Nanomaterials for Displays
Several nanotechnology displays already exist in the form of OLED and QLED. Engineers are using transparent, photoluminescent, or electroluminescent nanomaterials in most modern TVs and phones. This choice reduces power consumption, improves battery life for IoT devices, and makes on-screen colors purer.
Nanotechnology Processors for IoT
IoT systems incorporate processors. These tiny components process data so that devices can function properly and exchange information. The goal of nanotechnology here is miniaturization: the more space there is, the more transistors, the building blocks of circuits, can be packed into it. Miniaturization is important, as consumer electronics are getting smaller every year.
In 2022, IBM succeeded in developing a 2-nanometer sized microchip, which contains more than 50 billion transistors (each transistor is about 5 atoms in diameter), making the entire invention the size of a fingernail. Nanomaterials have made it possible to greatly increase the number of transistors on a single chip.
Why integrate nanotechnology?
One of the main reasons companies are integrating nanotechnology into the IoT is miniaturization. Miniaturization allows engineers to save space and fit more components into a design, which can lead to improved computing performance and energy efficiency. Becoming more compact is crucial, as gadgets like mobile phones, laptops, and smartwatches get smaller every year.
Another benefit of integrating nanotechnology into Internet-connected objects is energy efficiency. Incorporating nanomaterials, nanofluids, or nanostructures into IoT batteries can improve capacity, stability, charging speed, conductivity, or thermal control. These nanoscale power sources store more energy in less space.
Sustainability is one benefit that is often overlooked: making IoT devices smaller and more energy efficient can reduce the carbon footprint of manufacturing facilities and data centers. If every country moved to nanotechnology-based technologies, it could dramatically reduce electricity usage across the country.
Nanomaterials can extend battery life, potentially enabling the U.S. to reduce the amount of e-waste, the fastest growing form of solid waste. According to the World Health Organization, just over 17% of the 59 million tons of e-waste produced worldwide in 2019 was recycled.
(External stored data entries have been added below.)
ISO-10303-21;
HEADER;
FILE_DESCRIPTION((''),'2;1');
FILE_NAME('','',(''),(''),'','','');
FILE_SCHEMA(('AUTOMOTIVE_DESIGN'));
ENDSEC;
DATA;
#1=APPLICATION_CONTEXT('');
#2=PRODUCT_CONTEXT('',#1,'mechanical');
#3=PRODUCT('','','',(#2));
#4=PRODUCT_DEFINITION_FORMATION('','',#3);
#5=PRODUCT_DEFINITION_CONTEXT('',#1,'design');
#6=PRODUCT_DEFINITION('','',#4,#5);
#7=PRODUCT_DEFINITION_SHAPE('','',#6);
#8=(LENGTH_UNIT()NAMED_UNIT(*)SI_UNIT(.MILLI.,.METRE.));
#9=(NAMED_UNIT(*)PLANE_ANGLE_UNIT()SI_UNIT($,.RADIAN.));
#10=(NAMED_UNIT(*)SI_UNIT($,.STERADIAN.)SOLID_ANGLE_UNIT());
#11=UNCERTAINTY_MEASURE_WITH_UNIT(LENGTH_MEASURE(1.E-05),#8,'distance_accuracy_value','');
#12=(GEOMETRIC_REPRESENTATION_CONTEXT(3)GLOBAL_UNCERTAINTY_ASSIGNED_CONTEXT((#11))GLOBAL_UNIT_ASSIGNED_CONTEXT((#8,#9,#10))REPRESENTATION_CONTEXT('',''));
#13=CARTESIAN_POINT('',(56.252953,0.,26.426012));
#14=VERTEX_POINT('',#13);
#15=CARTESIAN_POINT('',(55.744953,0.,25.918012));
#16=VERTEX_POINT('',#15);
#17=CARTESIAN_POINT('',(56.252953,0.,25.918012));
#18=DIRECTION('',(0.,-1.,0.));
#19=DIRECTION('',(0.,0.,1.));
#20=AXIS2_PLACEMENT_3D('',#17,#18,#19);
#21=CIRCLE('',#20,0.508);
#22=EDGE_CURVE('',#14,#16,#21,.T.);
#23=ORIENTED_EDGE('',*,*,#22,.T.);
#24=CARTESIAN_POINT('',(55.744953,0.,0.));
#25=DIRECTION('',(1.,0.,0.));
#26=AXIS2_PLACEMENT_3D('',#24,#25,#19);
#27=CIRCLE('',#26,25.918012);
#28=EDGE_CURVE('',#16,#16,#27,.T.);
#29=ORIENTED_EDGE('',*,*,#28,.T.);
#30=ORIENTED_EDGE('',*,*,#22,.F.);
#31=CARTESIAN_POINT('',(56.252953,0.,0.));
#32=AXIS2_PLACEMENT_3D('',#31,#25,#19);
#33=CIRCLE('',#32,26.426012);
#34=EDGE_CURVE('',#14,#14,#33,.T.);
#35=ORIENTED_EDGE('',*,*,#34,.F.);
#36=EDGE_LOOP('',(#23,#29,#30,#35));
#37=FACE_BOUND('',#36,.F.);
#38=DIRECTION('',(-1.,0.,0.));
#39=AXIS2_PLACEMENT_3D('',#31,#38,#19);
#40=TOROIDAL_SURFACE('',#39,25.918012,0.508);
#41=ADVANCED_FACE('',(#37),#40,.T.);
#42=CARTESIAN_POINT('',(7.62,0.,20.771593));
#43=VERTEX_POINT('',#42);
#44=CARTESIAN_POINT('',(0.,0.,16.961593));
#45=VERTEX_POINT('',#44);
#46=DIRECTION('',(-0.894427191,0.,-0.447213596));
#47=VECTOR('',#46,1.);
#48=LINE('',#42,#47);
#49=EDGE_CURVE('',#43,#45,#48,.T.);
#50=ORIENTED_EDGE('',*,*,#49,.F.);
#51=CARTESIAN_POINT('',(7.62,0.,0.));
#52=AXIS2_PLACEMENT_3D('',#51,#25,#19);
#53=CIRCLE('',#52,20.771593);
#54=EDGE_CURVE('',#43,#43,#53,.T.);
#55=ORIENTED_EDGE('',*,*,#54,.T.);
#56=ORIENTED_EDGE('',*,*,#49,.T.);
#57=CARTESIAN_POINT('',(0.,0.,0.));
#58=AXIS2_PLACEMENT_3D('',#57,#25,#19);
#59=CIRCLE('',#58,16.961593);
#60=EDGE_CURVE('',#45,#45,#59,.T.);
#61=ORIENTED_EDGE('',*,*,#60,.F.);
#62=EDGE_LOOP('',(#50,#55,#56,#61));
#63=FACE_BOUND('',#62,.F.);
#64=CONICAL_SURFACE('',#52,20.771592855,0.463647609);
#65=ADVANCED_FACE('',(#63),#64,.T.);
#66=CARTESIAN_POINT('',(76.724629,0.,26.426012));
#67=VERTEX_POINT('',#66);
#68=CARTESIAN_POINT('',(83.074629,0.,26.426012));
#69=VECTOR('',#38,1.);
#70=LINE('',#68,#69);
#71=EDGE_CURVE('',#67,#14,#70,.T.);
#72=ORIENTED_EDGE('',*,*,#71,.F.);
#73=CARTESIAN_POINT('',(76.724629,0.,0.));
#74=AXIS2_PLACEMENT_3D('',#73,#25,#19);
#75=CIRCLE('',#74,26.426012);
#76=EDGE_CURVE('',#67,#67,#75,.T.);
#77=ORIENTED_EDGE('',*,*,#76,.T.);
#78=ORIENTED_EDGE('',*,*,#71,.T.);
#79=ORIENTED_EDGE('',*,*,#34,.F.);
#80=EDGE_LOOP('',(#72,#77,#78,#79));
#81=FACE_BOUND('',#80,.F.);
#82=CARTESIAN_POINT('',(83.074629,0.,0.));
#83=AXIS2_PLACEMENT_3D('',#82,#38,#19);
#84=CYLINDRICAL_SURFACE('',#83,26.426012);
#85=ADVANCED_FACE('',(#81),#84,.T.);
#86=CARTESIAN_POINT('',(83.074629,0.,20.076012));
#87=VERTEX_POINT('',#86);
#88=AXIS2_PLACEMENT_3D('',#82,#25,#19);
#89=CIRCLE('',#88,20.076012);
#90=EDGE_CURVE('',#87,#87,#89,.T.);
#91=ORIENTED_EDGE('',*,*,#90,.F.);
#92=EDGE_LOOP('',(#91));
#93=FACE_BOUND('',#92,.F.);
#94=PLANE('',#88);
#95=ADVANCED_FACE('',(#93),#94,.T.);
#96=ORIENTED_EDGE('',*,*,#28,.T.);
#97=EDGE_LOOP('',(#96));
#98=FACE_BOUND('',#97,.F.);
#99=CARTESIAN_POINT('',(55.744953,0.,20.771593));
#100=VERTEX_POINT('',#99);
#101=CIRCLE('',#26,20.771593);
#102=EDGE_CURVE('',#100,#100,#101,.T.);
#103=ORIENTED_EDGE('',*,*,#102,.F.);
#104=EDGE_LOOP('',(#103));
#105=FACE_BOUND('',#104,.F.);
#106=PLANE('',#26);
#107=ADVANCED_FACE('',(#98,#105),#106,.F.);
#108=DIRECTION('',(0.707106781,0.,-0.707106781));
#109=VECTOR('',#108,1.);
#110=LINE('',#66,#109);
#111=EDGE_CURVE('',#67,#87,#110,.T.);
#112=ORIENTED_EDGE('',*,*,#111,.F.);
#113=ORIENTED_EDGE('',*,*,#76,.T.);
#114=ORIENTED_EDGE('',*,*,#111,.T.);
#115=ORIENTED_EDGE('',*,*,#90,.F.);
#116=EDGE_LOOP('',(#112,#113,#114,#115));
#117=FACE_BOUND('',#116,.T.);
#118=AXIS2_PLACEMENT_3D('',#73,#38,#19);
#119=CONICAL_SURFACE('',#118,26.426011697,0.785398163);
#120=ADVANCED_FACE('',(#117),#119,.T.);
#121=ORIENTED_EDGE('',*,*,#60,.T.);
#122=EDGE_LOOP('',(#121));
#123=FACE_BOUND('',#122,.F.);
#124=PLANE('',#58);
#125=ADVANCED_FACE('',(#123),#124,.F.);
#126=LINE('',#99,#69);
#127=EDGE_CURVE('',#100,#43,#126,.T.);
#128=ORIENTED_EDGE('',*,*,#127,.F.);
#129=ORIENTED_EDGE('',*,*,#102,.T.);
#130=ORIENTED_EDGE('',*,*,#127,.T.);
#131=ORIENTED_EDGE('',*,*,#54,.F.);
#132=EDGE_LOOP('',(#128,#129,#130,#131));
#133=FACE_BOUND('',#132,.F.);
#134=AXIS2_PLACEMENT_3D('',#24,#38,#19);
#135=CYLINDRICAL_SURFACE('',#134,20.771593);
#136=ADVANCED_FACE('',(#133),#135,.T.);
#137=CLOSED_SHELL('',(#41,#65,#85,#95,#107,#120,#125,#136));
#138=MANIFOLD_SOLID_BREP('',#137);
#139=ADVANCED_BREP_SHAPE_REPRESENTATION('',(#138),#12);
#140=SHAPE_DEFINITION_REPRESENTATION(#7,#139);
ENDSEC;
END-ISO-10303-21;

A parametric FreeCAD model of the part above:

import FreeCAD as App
import Part
import Sketcher
from FreeCAD import Vector
Q = App.Units.Quantity


def edges_at(feature, points):
    """Names of the edges that pass closest to the given points."""
    edges = feature.Shape.Edges
    near = lambda p: min(range(len(edges)), key=lambda i: edges[i].distToShape(Part.Vertex(*p))[0])
    return sorted({f"Edge{near(p) + 1}" for p in points})


def add_polygon(sketch, points):
    """Adds a closed chain of lines whose ends are joined by coincident constraints."""
    first, n = sketch.GeometryCount, len(points)
    for a, b in zip(points, points[1:] + points[:1]):
        sketch.addGeometry(Part.LineSegment(App.Vector(*a, 0), App.Vector(*b, 0)), False)
    for i in range(n):
        sketch.addConstraint(Sketcher.Constraint("Coincident", first + i, 2, first + (i + 1) % n, 1))

doc = App.newDocument("Part")
body = doc.addObject("PartDesign::Body", "Body")

# Sketch on XZ plane
sketch1 = doc.addObject("Sketcher::SketchObject", "Sketch")
body.addObject(sketch1)
sketch1.AttachmentSupport = (doc.XZ_Plane, [""])
sketch1.MapMode = "FlatFace"
add_polygon(sketch1, [(56, 21), (0, 21), (0, 0), (83, 0), (83, 26), (56, 26)])  # lines 0-5
sketch1.addConstraint(Sketcher.Constraint("Horizontal", 0))
sketch1.addConstraint(Sketcher.Constraint("Vertical", 1))
sketch1.addConstraint(Sketcher.Constraint("Horizontal", 2))
sketch1.addConstraint(Sketcher.Constraint("Vertical", 3))
sketch1.addConstraint(Sketcher.Constraint("Horizontal", 4))
sketch1.addConstraint(Sketcher.Constraint("Vertical", 5))
sketch1.addConstraint(Sketcher.Constraint("Coincident", 1, 2, -1, 1))
sketch1.addConstraint(Sketcher.Constraint("DistanceX", 2, 1, 2, 2, Q("83.074629 mm")))
sketch1.addConstraint(Sketcher.Constraint("DistanceY", 3, 1, 3, 2, Q("26.426012 mm")))
sketch1.addConstraint(Sketcher.Constraint("DistanceY", 5, 2, 5, 1, Q("5.654419 mm")))
sketch1.addConstraint(Sketcher.Constraint("DistanceX", 0, 2, 0, 1, Q("55.744953 mm")))
revolution = doc.addObject("PartDesign::Revolution", "Revolution")
body.addObject(revolution)
revolution.Profile = sketch1
revolution.ReferenceAxis = (sketch1, ["H_Axis"])
revolution.Angle = 360
doc.recompute()

fillet = doc.addObject("PartDesign::Fillet", "Fillet")
body.addObject(fillet)
fillet.Base = (revolution, edges_at(revolution, [(55.745, 0, -26.426)]))
fillet.Radius = Q("0.02 in")
doc.recompute()

chamfer = doc.addObject("PartDesign::Chamfer", "Chamfer")
body.addObject(chamfer)
chamfer.Base = (fillet, edges_at(fillet, [(83.075, 0, -26.426)]))
chamfer.Size = Q("0.25 in")
doc.recompute()

chamfer2 = doc.addObject("PartDesign::Chamfer", "Chamfer001")
body.addObject(chamfer2)
chamfer2.Base = (chamfer, edges_at(chamfer, [(0, 0, -20.772)]))
chamfer2.ChamferType = "Two distances"
chamfer2.Size = Q("0.3 in")
chamfer2.Size2 = Q("0.15 in")

doc.recompute()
Extending the lifespan of IoT devices would have a positive impact on sustainability.
Potential challenges to overcome
Nanotechnology, as futuristic as it sounds, is expensive. Using nanotechnology to design and develop internet connectivity technology could reduce costs in the long run, but it still requires a significant upfront investment. Only large companies with sufficient resources to bear the risk will likely be able to experiment with nanotechnology.
Technical challenges are also a concern, as bringing these tiny pieces to mass market requires a lot of effort. The smaller the parts, the harder they are to produce quickly. Assembly-line production, the manufacturing standard, isn’t always suitable.
Unfortunately, many manufacturers don’t have existing equipment or protocols for nanofabrication – after all, producing parts with diameters between 1 and 100 nanometers is complex – and overhauling systems, training workers, and installing new preparatory tools is costly and time-consuming.
The Future of IoT Nanotechnology
With inventions such as nanomaterial-based batteries and nanoscale transistors for the IoT, the future of nanotechnology in this field seems promising. At present, large-scale applications are probably years away. Companies must overcome technical, cost, and implementation hurdles before moving forward with mass-market applications.
However, the next few years will see many nanoscale discoveries and inventions. As the value of nanotechnology and IoT continues to grow, more investors, business owners, and researchers will explore possible use cases. Although inventions may take years to reach the market, the speed of development will certainly accelerate.